Recently, the structure of the POTRA domains of E. coli BamA was investigated by X-ray crystallography [53, 54], NMR spectroscopy, and small-angle X-ray scattering [55]. Each POTRA domain consists of a three-stranded β-sheet overlaid with a pair of α-helices, and the linkers between the domains appear to allow some flexibility in their relative orientation. Interestingly, OmlA, the BamE homologue of Xanthomonas axonopodis pv. citri, has a similar structure, although the relative order of the secondary structure elements is different [56]. The crystallization-induced dimerization of a polypeptide containing the first four POTRA domains of BamA and a small part of the fifth one suggested that the POTRA domains might bind substrates and/or accessory proteins by a process called β-augmentation [53]. NMR experiments revealed that various peptides of the model OMP PhoE could bind, although weakly, to either side of the β-sheets of the POTRA domains, and suggested that the POTRA domains could guide nascent OMPs to the core of the Bam complex by processive sliding [55]. Unfortunately, binding of a C-terminal peptide of PhoE or another OMP could not be measured in these experiments because of solubility problems.

The structure of the β-barrel of an Omp85 protein has so far not been solved. However, the Omp85 super-family also includes bacterial OMPs involved in the two-partner secretion pathway. These proteins, generically called TpsB, are required for the translocation of their partner, TpsA, across the OM into the medium. Recently, the structure of a TpsB protein, i.e., FhaC of Bordetella pertussis, was solved [57]. The structure showed that the protein consists of a periplasmic moiety containing two POTRA domains and a 16-stranded C-terminal β-barrel embedded in the OM. The pore in the barrel is closed by an N-terminal α-helix and by a loop that reaches from the cell-surface-exposed side through the barrel to the periplasmic side of the membrane. It is plausible that the removal of the helix and the loop from the barrel upon substrate binding would create a pore allowing for the transport of the partner TpsA to the cell surface. Unfortunately, this structure provides little insight into how the β-barrel of Omp85 might work, as it is not conceivable that nascent OMPs would insert into the barrel of Omp85 [58]. Rather, membrane insertion should take place at the subunit interface if Omp85 forms oligomers, for which some evidence has been reported [47], or at the lipid–protein interface. Further discussion on putative mechanisms for membrane insertion is included in the section on the biogenesis of mitochondrial β-barrel proteins.
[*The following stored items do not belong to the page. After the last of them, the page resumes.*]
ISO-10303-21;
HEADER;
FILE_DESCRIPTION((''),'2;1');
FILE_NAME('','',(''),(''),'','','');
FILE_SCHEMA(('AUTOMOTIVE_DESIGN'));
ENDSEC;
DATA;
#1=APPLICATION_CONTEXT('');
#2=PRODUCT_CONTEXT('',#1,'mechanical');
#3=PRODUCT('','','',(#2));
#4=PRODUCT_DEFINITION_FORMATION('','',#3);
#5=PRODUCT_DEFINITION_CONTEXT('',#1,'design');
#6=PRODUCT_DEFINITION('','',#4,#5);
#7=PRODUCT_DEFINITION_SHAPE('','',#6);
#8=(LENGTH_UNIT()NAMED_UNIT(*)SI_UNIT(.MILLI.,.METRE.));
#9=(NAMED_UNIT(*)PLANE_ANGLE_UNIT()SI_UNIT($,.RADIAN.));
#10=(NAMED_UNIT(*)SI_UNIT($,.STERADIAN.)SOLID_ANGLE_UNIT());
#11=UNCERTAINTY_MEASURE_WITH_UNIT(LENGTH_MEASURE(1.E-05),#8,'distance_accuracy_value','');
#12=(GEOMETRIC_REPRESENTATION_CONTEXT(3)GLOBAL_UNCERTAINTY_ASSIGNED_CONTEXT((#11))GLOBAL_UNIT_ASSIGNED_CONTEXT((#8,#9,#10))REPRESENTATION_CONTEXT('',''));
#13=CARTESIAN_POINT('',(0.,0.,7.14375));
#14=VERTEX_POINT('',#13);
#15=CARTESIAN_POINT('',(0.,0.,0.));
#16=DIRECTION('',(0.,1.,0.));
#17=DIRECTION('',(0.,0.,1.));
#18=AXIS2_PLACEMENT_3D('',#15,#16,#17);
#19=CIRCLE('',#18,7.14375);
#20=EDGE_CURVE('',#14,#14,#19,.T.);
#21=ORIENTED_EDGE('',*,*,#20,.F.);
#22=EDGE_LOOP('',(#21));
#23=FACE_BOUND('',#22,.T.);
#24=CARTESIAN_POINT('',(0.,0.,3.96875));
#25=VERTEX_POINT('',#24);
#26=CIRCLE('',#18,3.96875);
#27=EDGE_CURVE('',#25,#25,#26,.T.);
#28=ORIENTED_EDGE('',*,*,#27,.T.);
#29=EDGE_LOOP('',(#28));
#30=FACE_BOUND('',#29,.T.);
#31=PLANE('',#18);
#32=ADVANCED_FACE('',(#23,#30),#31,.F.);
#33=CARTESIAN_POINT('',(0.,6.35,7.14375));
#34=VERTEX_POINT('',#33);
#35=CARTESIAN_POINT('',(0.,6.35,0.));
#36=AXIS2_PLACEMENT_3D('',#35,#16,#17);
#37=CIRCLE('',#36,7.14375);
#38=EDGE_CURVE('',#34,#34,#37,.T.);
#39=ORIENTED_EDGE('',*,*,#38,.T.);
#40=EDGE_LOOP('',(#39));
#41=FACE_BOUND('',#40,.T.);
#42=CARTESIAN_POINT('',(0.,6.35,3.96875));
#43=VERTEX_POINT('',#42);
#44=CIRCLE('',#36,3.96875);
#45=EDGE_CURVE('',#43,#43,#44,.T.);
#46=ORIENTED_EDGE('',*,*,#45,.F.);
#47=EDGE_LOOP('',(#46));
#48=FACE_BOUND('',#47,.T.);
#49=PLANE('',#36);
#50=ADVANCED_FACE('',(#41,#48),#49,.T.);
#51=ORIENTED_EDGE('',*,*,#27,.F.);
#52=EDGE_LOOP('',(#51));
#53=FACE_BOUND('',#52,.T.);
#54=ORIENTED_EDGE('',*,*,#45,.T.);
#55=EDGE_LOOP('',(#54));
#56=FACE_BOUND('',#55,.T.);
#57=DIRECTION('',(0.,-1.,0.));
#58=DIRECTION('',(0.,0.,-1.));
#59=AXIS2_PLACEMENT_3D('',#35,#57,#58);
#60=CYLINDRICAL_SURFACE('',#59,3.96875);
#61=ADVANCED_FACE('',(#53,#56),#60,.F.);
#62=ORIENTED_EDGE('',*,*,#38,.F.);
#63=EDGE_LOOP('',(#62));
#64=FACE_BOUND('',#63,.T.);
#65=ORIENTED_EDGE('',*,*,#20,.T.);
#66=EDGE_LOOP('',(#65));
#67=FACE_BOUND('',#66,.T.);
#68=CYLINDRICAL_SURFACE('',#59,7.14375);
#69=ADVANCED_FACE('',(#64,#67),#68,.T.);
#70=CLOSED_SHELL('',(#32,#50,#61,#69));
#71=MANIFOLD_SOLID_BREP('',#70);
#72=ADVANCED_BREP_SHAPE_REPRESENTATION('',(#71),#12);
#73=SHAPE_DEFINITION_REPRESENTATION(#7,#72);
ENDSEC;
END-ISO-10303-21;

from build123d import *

# Parameters (mm, degrees)
SKETCH1_R           = 7.14375
SKETCH1_R_2         = 3.96875
BOSS_EXTRUDE1_DEPTH = 6.35


with BuildPart() as part:
    # Sketch1 → Boss-Extrude1 (new body)
    with BuildSketch(Plane(origin=(0, 0, 0), x_dir=(1, 0, 0), z_dir=(0, 1, 0))):
        Circle(SKETCH1_R)
        Circle(SKETCH1_R_2, mode=Mode.SUBTRACT)
    extrude(amount=BOSS_EXTRUDE1_DEPTH)


solid = part.part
Mitochondrial β-barrel proteins

Functions and structural features of eukaryotic β-barrel proteins

Compared to the diversity of β-barrel membrane proteins in prokaryotes, the number of mitochondrial OMPs belonging to this structural type is rather limited. Although some prediction programs propose that the yeast mitochondrial OM might contain more than 100 β-barrel proteins [59], later proteomics and bioinformatic studies revealed that this number is an overestimation. In the extensively studied unicellular fungus Saccharomyces cerevisiae, six members have been identified: Tom40, Tob55/Sam50, two isoforms of porin/VDAC, Mdm10, and Mmm2, of which only the first two are essential for viability [60, 61]. It should be noted that, to date, only the structure of mammalian VDAC1 has been solved and the remaining members have been assigned to the family on the basis of both secondary structure content and in silico predictions.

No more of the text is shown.